5 all the way...possibly add some "wood" beams protruding from the stone, and some heavy metal anchor points for the chains and shackles.

Great prop build IMU...thanks for all the pix.


----------



## IMU (Apr 8, 2009)

Thanks for the votes so far. I'm leaning towards something, but I'll wait the 14 days for the poll to end to voice my choice! 

I like the "wood" beams sticking out from the wall ... now I have something ELSE to consider! :googly:

For those that might have missed it in the previous thread ... here is the Captain:


----------



## Jaybo (Mar 2, 2009)

Make sure you put a window with bars in the wall. Make it look like a jail cell. You could also make a faux background in the window. Maybe a scene of the harbor at night?


----------



## ELH Erin Loves Halloween (Feb 19, 2009)

I like picture 2 the best. If you want to add some of the coloring of pic 5 that would be great but the look and shape of pic 2 is my favorite!


----------



## fick209 (Aug 31, 2009)

Got my vote in!


----------



## IMU (Apr 8, 2009)

*Quick sketch*

This was what I was thinking about as far as the overall design:








The "plain" area is where the background stone choice is going to be carved.

There is going to be a window with bars. I'm thinking of adding my chained torso guy inside the window.








This guy spins around by his shackles.


----------



## Wyatt Furr (Jun 5, 2006)

Whatever you decide rock-wise this is going to be an amazing addition to your haunt.
Thank you for all the photos and updates.
I know it takes time away from your piratical duties to do this.


----------



## bobzilla (Nov 13, 2008)

4 for me


----------



## The Watcher (Sep 13, 2008)

I am a 3. But I had not seen the whole post. I was thinking a out side wall holding earth back, like you see in Robin Hood. If you are going for a dungeon are castle type of look. I would think 4 might be closer.


----------



## My CReePY Garage (Jun 7, 2010)

I got my vote in.


----------



## Joiseygal (Sep 3, 2008)

I like 2, but 5 looks good also. This prop would look great in front of any back round including rainbows and fluffy clouds.


----------



## nixie (Sep 17, 2008)

I think 3, 4, and 5 have the most dungeon-ish look to them. I think I like 3 the best.


----------



## pagan (Sep 9, 2009)

5 all day! I look forward to seeing how you tackle the wall construction!


----------



## SuperCreep31 (Nov 22, 2009)

i like 5 just a little bit better than 3 because it's got the dungeon look! If you got the moss on there it would look great!


----------



## GhoulishGadgets (May 13, 2010)

I was going to say 2, until I saw the arched detail/shackle area etc - now I'd say 5

one of those bar-shaker props may be good, mostly give a great startle/scare factor.
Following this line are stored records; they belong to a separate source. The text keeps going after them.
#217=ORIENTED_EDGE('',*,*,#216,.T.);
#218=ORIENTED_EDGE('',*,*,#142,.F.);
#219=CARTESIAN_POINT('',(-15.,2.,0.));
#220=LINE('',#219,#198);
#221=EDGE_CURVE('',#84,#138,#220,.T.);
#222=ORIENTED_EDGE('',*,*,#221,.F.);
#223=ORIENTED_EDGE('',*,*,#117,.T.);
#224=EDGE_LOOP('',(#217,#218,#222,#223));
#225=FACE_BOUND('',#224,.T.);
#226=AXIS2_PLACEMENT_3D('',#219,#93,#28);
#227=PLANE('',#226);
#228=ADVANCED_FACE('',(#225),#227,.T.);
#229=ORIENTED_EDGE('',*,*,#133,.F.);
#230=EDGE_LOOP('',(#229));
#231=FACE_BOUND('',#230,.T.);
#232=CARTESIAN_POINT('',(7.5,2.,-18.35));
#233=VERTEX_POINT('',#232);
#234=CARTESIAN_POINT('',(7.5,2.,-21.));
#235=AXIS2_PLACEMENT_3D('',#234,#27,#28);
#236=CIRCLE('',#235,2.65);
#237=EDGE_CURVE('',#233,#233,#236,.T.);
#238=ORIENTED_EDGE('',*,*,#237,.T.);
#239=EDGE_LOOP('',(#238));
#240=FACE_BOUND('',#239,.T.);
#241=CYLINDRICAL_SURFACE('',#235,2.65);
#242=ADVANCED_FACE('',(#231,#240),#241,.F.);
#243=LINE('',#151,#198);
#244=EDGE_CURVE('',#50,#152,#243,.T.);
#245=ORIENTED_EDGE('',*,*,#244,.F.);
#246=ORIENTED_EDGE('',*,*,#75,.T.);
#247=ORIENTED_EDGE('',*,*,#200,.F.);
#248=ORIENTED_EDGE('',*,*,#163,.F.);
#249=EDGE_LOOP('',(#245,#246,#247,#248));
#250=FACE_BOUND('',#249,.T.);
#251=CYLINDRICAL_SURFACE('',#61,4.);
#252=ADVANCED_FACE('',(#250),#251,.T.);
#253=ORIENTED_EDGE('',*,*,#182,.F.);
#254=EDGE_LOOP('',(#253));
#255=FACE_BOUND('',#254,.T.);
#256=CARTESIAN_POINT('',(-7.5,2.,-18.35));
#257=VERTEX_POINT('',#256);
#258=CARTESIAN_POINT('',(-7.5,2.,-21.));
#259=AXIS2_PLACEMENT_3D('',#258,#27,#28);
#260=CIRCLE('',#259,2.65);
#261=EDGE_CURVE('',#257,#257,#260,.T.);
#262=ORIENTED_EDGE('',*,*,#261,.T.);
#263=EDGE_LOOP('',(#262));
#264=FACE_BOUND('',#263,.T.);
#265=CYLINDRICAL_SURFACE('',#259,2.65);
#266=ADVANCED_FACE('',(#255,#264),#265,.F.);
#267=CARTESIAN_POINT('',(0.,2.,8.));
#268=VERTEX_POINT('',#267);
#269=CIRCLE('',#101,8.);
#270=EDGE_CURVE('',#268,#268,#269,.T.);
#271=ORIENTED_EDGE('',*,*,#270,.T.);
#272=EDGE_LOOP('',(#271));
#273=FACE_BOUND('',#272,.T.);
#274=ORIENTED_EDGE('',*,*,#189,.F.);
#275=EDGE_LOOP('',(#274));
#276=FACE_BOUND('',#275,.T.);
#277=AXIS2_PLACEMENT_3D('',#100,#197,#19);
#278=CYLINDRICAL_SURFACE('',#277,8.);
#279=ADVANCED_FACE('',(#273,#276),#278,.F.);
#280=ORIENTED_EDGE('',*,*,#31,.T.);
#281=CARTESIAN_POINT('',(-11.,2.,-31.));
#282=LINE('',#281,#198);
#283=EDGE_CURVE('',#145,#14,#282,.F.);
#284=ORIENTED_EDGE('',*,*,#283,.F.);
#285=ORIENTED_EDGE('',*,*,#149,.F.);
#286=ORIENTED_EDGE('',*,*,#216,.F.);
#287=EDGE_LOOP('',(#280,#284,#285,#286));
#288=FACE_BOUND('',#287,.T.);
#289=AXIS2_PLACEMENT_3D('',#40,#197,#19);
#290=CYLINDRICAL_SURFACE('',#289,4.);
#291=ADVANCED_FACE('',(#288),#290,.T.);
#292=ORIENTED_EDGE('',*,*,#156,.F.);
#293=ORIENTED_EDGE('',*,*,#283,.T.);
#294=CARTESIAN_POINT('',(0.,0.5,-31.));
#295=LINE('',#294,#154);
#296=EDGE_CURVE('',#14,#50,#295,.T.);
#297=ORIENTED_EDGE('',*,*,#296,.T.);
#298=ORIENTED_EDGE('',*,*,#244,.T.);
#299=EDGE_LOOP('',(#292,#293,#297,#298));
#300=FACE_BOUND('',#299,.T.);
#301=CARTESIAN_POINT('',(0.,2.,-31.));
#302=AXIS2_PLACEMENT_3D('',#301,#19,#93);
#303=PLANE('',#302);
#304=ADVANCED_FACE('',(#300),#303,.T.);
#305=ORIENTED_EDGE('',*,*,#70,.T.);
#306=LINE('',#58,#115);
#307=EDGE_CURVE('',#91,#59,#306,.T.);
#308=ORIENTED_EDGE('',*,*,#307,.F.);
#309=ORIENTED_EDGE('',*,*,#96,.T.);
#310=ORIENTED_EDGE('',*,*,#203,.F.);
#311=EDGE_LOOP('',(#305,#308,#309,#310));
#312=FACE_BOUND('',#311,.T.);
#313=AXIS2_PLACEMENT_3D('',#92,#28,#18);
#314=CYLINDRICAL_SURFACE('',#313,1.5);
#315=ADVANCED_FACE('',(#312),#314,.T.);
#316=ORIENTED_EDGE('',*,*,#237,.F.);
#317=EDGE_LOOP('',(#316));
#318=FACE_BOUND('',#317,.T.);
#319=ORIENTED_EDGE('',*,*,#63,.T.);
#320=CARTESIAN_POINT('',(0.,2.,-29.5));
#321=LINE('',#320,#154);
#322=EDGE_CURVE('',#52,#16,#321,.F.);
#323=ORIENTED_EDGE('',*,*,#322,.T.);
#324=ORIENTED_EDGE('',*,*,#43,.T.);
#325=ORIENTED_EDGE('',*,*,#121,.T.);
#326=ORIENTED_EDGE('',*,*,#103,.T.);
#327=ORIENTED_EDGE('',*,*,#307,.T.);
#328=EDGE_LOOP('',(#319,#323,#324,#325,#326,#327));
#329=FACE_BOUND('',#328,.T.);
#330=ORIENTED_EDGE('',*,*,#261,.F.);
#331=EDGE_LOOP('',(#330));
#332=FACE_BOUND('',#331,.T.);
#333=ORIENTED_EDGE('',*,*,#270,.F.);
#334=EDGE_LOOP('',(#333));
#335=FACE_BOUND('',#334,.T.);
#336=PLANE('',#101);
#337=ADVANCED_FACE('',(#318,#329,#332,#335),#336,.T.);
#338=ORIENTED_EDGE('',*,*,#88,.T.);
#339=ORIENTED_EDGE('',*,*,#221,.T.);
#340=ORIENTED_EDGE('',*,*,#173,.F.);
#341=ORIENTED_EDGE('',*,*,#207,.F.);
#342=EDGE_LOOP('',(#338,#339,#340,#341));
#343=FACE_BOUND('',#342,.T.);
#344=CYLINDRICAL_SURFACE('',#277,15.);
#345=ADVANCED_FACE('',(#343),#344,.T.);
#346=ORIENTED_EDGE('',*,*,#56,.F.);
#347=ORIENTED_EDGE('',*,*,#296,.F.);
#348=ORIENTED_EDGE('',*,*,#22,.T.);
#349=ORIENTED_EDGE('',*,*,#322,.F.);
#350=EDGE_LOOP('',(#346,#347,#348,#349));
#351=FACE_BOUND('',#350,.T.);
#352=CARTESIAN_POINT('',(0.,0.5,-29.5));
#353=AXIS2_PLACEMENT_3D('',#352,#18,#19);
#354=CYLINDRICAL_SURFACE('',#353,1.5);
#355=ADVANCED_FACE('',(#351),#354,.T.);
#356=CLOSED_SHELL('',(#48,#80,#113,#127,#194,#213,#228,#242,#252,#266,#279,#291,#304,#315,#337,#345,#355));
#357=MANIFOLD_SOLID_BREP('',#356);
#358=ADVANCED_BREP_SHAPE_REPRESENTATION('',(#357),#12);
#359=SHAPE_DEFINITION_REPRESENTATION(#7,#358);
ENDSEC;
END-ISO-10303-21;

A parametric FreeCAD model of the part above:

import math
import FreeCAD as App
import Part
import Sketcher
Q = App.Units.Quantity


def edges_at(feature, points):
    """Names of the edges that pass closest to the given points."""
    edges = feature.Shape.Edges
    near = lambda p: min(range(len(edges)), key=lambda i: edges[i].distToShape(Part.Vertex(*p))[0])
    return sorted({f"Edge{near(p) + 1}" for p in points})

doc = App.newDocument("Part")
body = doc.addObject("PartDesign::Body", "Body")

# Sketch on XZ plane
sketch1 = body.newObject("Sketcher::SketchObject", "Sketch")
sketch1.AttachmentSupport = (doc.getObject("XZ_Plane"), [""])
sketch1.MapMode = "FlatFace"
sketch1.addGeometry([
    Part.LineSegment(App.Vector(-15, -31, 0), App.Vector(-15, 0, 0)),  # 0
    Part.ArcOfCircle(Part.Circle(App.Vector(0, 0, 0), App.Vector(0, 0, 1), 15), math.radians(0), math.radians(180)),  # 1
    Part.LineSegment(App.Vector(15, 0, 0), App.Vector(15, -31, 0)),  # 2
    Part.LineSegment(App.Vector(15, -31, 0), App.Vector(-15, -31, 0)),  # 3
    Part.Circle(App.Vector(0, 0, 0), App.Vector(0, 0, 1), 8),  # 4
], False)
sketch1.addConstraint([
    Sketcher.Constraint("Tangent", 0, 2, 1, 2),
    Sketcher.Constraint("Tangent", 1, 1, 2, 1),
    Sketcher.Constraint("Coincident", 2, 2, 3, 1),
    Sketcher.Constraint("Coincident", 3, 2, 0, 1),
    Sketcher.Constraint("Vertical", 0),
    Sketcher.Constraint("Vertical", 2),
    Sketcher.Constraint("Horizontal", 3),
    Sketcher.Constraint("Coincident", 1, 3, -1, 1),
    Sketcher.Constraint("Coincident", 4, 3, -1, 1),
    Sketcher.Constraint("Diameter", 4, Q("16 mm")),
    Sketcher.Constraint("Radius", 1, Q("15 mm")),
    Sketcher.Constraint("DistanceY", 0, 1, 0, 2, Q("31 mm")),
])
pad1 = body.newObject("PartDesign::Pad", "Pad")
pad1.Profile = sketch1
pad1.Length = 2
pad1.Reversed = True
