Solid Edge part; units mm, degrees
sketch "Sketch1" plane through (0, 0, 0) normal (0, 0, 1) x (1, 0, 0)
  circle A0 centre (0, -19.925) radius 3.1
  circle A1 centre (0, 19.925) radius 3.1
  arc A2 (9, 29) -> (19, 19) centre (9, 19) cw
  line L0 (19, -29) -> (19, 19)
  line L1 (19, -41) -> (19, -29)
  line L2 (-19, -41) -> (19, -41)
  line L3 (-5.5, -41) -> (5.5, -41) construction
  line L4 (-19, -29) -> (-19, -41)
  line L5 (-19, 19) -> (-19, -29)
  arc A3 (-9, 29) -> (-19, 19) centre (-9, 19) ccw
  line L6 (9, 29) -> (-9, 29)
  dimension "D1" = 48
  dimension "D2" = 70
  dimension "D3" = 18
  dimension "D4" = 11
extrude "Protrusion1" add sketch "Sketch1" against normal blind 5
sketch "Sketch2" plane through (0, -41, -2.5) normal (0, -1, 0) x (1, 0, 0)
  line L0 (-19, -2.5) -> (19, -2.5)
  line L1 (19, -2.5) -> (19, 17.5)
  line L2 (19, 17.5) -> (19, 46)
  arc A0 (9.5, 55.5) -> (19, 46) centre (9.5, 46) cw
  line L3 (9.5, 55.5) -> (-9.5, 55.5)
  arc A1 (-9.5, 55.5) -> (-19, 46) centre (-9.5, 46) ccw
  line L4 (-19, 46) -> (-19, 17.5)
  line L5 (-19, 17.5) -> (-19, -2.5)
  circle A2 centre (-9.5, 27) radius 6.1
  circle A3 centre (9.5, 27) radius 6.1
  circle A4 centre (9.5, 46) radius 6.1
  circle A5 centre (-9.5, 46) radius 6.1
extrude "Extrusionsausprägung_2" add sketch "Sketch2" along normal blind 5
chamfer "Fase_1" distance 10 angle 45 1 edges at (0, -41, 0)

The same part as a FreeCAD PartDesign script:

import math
import FreeCAD as App
import Part
import Sketcher

V = App.Vector


def edges_at(feature, points):
    """Names of the edges that pass closest to the given points."""
    edges = feature.Shape.Edges
    near = lambda p: min(range(len(edges)), key=lambda i: edges[i].distToShape(Part.Vertex(*p))[0])
    return sorted({f"Edge{near(p) + 1}" for p in points})

doc = App.newDocument("Part")
body = doc.addObject("PartDesign::Body", "Body")

sketch1 = body.newObject("Sketcher::SketchObject", "Sketch")
sketch1.AttachmentSupport = (doc.getObject("XY_Plane"), [""])
sketch1.MapMode = "FlatFace"
sketch1.addGeometry([
    Part.ArcOfCircle(Part.Circle(V(9, 19, 0), V(0, 0, 1), 10), math.radians(0), math.radians(90)),
    Part.LineSegment(V(9, 29, 0), V(-9, 29, 0)),
    Part.ArcOfCircle(Part.Circle(V(-9, 19, 0), V(0, 0, 1), 10), math.radians(90), math.radians(180)),
    Part.LineSegment(V(-19, 19, 0), V(-19, -41, 0)),
    Part.LineSegment(V(-19, -41, 0), V(19, -41, 0)),
    Part.LineSegment(V(19, -41, 0), V(19, 19, 0)),
    Part.Circle(V(0, -19.9, 0), V(0, 0, 1), 3.1),
    Part.Circle(V(0, 19.9, 0), V(0, 0, 1), 3.1),
], False)
sketch1.addConstraint([
    Sketcher.Constraint("Tangent", 0, 2, 1, 1),
    Sketcher.Constraint("Tangent", 1, 2, 2, 1),
    Sketcher.Constraint("Tangent", 2, 2, 3, 1),
    Sketcher.Constraint("Coincident", 3, 2, 4, 1),
    Sketcher.Constraint("Coincident", 4, 2, 5, 1),
    Sketcher.Constraint("Tangent", 5, 2, 0, 1),
    Sketcher.Constraint("Horizontal", 1),
    Sketcher.Constraint("Vertical", 3),
    Sketcher.Constraint("Horizontal", 4),
    Sketcher.Constraint("Vertical", 5),
    Sketcher.Constraint("Equal", 0, 2),
    Sketcher.Constraint("Equal", 6, 7),
    Sketcher.Constraint("Symmetric", 6, 3, 7, 3, -1, 1),
    Sketcher.Constraint("PointOnObject", 6, 3, -2),
    Sketcher.Constraint("Radius", 0, 10.0),
    Sketcher.Constraint("Diameter", 6, 6.2),
    Sketcher.Constraint("DistanceX", 1, 2, 1, 1, 18.0),
    Sketcher.Constraint("DistanceY", 3, 2, 3, 1, 60.0),
    Sketcher.Constraint("DistanceX", -1, 1, 0, 3, 9.0),
    Sketcher.Constraint("DistanceY", -1, 1, 0, 3, 19.0),
    Sketcher.Constraint("DistanceY", 6, 3, 7, 3, 39.85),
])
pad1 = body.newObject("PartDesign::Pad", "Pad")
pad1.Profile = sketch1
pad1.Length = 5
pad1.Reversed = True

sketch2 = body.newObject("Sketcher::SketchObject", "Sketch001")
sketch2.AttachmentSupport = (doc.getObject("XZ_Plane"), [""])
sketch2.MapMode = "FlatFace"
sketch2.AttachmentOffset = App.Placement(V(0, 0, 41), App.Rotation())
sketch2.addGeometry([
    Part.LineSegment(V(-19, 44, 0), V(-19, -5, 0)),
    Part.LineSegment(V(-19, -5, 0), V(19, -5, 0)),
    Part.LineSegment(V(19, -5, 0), V(19, 44, 0)),
    Part.ArcOfCircle(Part.Circle(V(10, 44, 0), V(0, 0, 1), 10), math.radians(0), math.radians(90)),
    Part.LineSegment(V(10, 53, 0), V(-10, 53, 0)),
    Part.ArcOfCircle(Part.Circle(V(-10, 44, 0), V(0, 0, 1), 10), math.radians(90), math.radians(180)),
    Part.Circle(V(-10, 24, 0), V(0, 0, 1), 6),
    Part.Circle(V(-10, 44, 0), V(0, 0, 1), 6),
    Part.Circle(V(10, 24, 0), V(0, 0, 1), 6),
    Part.Circle(V(10, 44, 0), V(0, 0, 1), 6),
], False)
sketch2.addConstraint([
    Sketcher.Constraint("Coincident", 0, 2, 1, 1),
    Sketcher.Constraint("Coincident", 1, 2, 2, 1),
    Sketcher.Constraint("Tangent", 2, 2, 3, 1),
    Sketcher.Constraint("Tangent", 3, 2, 4, 1),
    Sketcher.Constraint("Tangent", 4, 2, 5, 1),
    Sketcher.Constraint("Tangent", 5, 2, 0, 1),
    Sketcher.Constraint("Vertical", 0),
    Sketcher.Constraint("Horizontal", 1),
    Sketcher.Constraint("Vertical", 2),
    Sketcher.Constraint("Horizontal", 4),
    Sketcher.Constraint("Coincident", 7, 3, 5, 3),
    Sketcher.Constraint("Coincident", 9, 3, 3, 3),
    Sketcher.Constraint("Equal", 3, 5),
    Sketcher.Constraint("Equal", 6, 7),
    Sketcher.Constraint("Equal", 7, 8),
    Sketcher.Constraint("Equal", 8, 9),
    Sketcher.Constraint("Symmetric", 6, 3, 8, 3, -2),
    Sketcher.Constraint("Vertical", 5, 3, 6, 3),
    Sketcher.Constraint("Vertical", 3, 3, 8, 3),
    Sketcher.Constraint("Diameter", 6, 12.2),
    Sketcher.Constraint("Radius", 3, 9.5),
    Sketcher.Constraint("DistanceX", 1, 1, 1, 2, 38.0),
    Sketcher.Constraint("DistanceY", 0, 2, 0, 1, 48.5),
    Sketcher.Constraint("DistanceY", 0, 2, -1, 1, 5.0),
    Sketcher.Constraint("DistanceY", 6, 3, 5, 3, 19.0),
])
pad2 = body.newObject("PartDesign::Pad", "Pad001")
pad2.Profile = sketch2
pad2.Length = 5
doc.recompute()

chamfer = body.newObject("PartDesign::Chamfer", "Chamfer")
chamfer.Base = (pad2, edges_at(pad2, [(0, -41, 0)]))
chamfer.Size = 10

doc.recompute()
great work on the whole thing - nice one!!

Si


----------



## Frighteners Entertainment (Jan 24, 2006)

very very nice, any choice will work. It will come down to colors.


----------



## madmomma (Jul 1, 2009)

I happen to like 5. Whichever you choose will look awesome with the addition of the window and hanging pirate...can't wait to see it finished! Good luck.


----------



## IMU (Apr 8, 2009)

Thanks everyone who has voted so far ... still trying to make up my mind. I have 2 choices I'm leaning towards ... good thing I still have time to decide!


----------



## scareme (Aug 29, 2006)

I hate to go along with everyone else, but I think 5 is what the government buildings of that time would have looked like. And a jail would have been a building of the government.


----------



## IMU (Apr 8, 2009)

*Minor Update*

OK ... still waiting before I decide on the stone type to carve. Right now, I'm going to have to wait until the 4 new tires I had to buy get paid for before I work on the wall. 

Until then ... I made some cheap (free stuff around the house) shackles. It's PVC pipe, craft foam and a plastic clothes hanger. Since there is no dry brushing yet, it was very difficult to get a picture that showed any details.
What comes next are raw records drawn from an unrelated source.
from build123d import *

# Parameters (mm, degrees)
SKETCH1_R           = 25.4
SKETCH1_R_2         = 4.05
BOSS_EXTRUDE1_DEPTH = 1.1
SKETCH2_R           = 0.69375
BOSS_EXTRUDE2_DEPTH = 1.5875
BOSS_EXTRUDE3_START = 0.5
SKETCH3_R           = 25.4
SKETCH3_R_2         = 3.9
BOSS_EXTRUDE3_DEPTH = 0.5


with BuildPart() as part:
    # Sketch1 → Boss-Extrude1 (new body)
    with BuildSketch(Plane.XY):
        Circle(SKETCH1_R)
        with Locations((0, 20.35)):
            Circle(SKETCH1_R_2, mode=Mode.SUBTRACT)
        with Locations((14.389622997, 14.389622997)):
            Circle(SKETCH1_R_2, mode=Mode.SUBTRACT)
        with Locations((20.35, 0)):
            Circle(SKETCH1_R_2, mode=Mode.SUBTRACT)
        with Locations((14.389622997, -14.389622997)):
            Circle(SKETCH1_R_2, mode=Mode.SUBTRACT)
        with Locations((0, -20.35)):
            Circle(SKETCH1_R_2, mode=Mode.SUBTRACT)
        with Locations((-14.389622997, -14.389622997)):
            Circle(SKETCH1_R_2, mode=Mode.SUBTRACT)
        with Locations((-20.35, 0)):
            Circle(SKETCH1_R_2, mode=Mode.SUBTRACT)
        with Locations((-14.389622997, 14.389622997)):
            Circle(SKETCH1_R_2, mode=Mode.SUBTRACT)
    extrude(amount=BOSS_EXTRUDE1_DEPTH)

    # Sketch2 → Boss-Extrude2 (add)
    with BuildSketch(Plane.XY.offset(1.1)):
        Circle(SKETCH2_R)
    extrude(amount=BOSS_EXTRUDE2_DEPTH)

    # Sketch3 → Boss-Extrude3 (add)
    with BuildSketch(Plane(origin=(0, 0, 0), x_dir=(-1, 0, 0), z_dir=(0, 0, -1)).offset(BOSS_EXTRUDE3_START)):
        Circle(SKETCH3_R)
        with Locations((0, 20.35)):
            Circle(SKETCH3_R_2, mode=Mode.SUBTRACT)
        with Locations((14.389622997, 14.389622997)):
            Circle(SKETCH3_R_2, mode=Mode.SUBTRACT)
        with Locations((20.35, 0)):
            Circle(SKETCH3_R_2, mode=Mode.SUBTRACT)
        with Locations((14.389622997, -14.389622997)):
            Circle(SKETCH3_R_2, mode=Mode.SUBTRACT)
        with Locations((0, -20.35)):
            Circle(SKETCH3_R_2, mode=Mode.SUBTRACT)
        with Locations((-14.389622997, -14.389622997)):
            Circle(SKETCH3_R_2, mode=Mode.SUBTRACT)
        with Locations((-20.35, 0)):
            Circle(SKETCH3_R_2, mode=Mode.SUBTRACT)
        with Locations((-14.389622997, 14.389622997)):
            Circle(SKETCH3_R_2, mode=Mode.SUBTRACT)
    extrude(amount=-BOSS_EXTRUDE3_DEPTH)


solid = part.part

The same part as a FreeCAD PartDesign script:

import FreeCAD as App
import Part
import Sketcher

V = App.Vector

doc = App.newDocument("Part")
body = doc.addObject("PartDesign::Body", "Body")

# Sketch on XY plane
sketch1 = body.newObject("Sketcher::SketchObject", "Sketch")
sketch1.AttachmentSupport = (doc.getObject("XY_Plane"), [""])
sketch1.MapMode = "FlatFace"
sketch1.addGeometry([
    Part.Circle(V(0, 0, 0), V(0, 0, 1), 25.4),  # 0
    Part.Circle(V(-14.4, -14.4, 0), V(0, 0, 1), 4),  # 1
    Part.Circle(V(0, -20.4, 0), V(0, 0, 1), 4),  # 2
    Part.Circle(V(14.4, -14.4, 0), V(0, 0, 1), 4),  # 3
    Part.Circle(V(-20.4, 0, 0), V(0, 0, 1), 4),  # 4
    Part.Circle(V(-14.4, 14.4, 0), V(0, 0, 1), 4),  # 5
    Part.Circle(V(20.4, 0, 0), V(0, 0, 1), 4),  # 6
    Part.Circle(V(0, 20.4, 0), V(0, 0, 1), 4),  # 7
    Part.Circle(V(14.4, 14.4, 0), V(0, 0, 1), 4),  # 8
], False)
sketch1.addConstraint([
    Sketcher.Constraint("Coincident", 0, 3, -1, 1),
    Sketcher.Constraint("Equal", 1, 2),
    Sketcher.Constraint("Equal", 2, 3),
    Sketcher.Constraint("Equal", 3, 4),
    Sketcher.Constraint("Equal", 4, 5),
    Sketcher.Constraint("Equal", 5, 6),
    Sketcher.Constraint("Equal", 6, 7),
    Sketcher.Constraint("Equal", 7, 8),
    Sketcher.Constraint("Symmetric", 3, 3, 5, 3, -1, 1),
    Sketcher.Constraint("Symmetric", 4, 3, 6, 3, -1, 1),
    Sketcher.Constraint("Symmetric", 2, 3, 7, 3, -1, 1),
    Sketcher.Constraint("Symmetric", 1, 3, 8, 3, -1, 1),
    Sketcher.Constraint("Symmetric", 1, 3, 3, 3, -2),
    Sketcher.Constraint("PointOnObject", 2, 3, -2),
    Sketcher.Constraint("PointOnObject", 4, 3, -1),
    Sketcher.Constraint("Diameter", 0, 50.8),
    Sketcher.Constraint("Diameter", 1, 8.1),
    Sketcher.Constraint("DistanceY", 2, 3, -1, 1, 20.35),
    Sketcher.Constraint("DistanceX", 4, 3, -1, 1, 20.35),
    Sketcher.Constraint("DistanceX", 1, 3, -1, 1, 14.389623),
    Sketcher.Constraint("DistanceY", 1, 3, -1, 1, 14.389623),
])
pad1 = body.newObject("PartDesign::Pad", "Pad")
pad1.Profile = sketch1
pad1.Length = 1.1

# Sketch on XY plane
sketch2 = body.newObject("Sketcher::SketchObject", "Sketch001")
sketch2.AttachmentSupport = (doc.getObject("XY_Plane"), [""])
sketch2.MapMode = "FlatFace"
sketch2.AttachmentOffset = App.Placement(V(0, 0, 1.1), App.Rotation())
sketch2.addGeometry(Part.Circle(V(0, 0, 0), V(0, 0, 1), 0.7), False)
sketch2.addConstraint([
    Sketcher.Constraint("Coincident", 0, 3, -1, 1),
    Sketcher.Constraint("Diameter", 0, 1.3875),
])
pad2 = body.newObject("PartDesign::Pad", "Pad001")
pad2.Profile = sketch2
pad2.Length = 1.5875

# Sketch on XY plane
sketch3 = body.newObject("Sketcher::SketchObject", "Sketch002")
sketch3.AttachmentSupport = (doc.getObject("XY_Plane"), [""])
sketch3.MapMode = "FlatFace"
sketch3.AttachmentOffset = App.Placement(V(0, 0, -0.5), App.Rotation())
sketch3.addGeometry([
    Part.Circle(V(0, 0, 0), V(0, 0, 1), 25.4),  # 0
    Part.Circle(V(14.4, -14.4, 0), V(0, 0, 1), 3.9),  # 1
    Part.Circle(V(0, -20.4, 0), V(0, 0, 1), 3.9),  # 2
    Part.Circle(V(-14.4, -14.4, 0), V(0, 0, 1), 3.9),  # 3
    Part.Circle(V(20.4, 0, 0), V(0, 0, 1), 3.9),  # 4
    Part.Circle(V(14.4, 14.4, 0), V(0, 0, 1), 3.9),  # 5
    Part.Circle(V(-20.4, 0, 0), V(0, 0, 1), 3.9),  # 6
    Part.Circle(V(0, 20.4, 0), V(0, 0, 1), 3.9),  # 7
    Part.Circle(V(-14.4, 14.4, 0), V(0, 0, 1), 3.9),  # 8
], False)
sketch3.addConstraint([
    Sketcher.Constraint("Coincident", 0, 3, -1, 1),
    Sketcher.Constraint("Equal", 1, 2),
    Sketcher.Constraint("Equal", 2, 3),
    Sketcher.Constraint("Equal", 3, 4),
    Sketcher.Constraint("Equal", 4, 5),
    Sketcher.Constraint("Equal", 5, 6),
    Sketcher.Constraint("Equal", 6, 7),
    Sketcher.Constraint("Equal", 7, 8),
    Sketcher.Constraint("Symmetric", 3, 3, 5, 3, -1, 1),
    Sketcher.Constraint("Symmetric", 4, 3, 6, 3, -1, 1),
    Sketcher.Constraint("Symmetric", 2, 3, 7, 3, -1, 1),
    Sketcher.Constraint("Symmetric", 1, 3, 8, 3, -1, 1),
    Sketcher.Constraint("Symmetric", 1, 3, 3, 3, -2),
    Sketcher.Constraint("PointOnObject", 2, 3, -2),
    Sketcher.Constraint("PointOnObject", 4, 3, -1),
    Sketcher.Constraint("Diameter", 0, 50.8),
    Sketcher.Constraint("Diameter", 1, 7.8),
    Sketcher.Constraint("DistanceY", 2, 3, -1, 1, 20.35),
    Sketcher.Constraint("DistanceX", -1, 1, 4, 3, 20.35),
    Sketcher.Constraint("DistanceX", -1, 1, 1, 3, 14.389623),
    Sketcher.Constraint("DistanceY", 1, 3, -1, 1, 14.389623),
])
pad3 = body.newObject("PartDesign::Pad", "Pad002")
pad3.Profile = sketch3
pad3.Length = 0.5

doc.recompute()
I haven't decided on what paint colors to use, so this is where it stands right now.


----------



## bobzilla (Nov 13, 2008)

Nice work MacGyver........I mean IMU !


----------



## RoxyBlue (Oct 6, 2008)

That's _Captain_ MacGyver, whose next prop is going to be a complete pirate ship made out of some old shoe strings and popsicle sticks:googly:


----------



## Wyatt Furr (Jun 5, 2006)

RoxyBlue said:


> That's _Captain_ MacGyver, whose next prop is going to be a complete pirate ship made out of some old shoe strings and popsicle sticks:googly:


and Duct Tape.........


----------



## scareme (Aug 29, 2006)

Looks great. I think the pictures show alot of detail.


----------



## bobzilla (Nov 13, 2008)

New avatar ?











RoxyBlue said:


> That's _Captain_ MacGyver, whose next prop is going to be a complete pirate ship made out of some old shoe strings and popsicle sticks:googly:


----------



## IMU (Apr 8, 2009)

And now for something completely different ... LOL ... You guys are a hoot! 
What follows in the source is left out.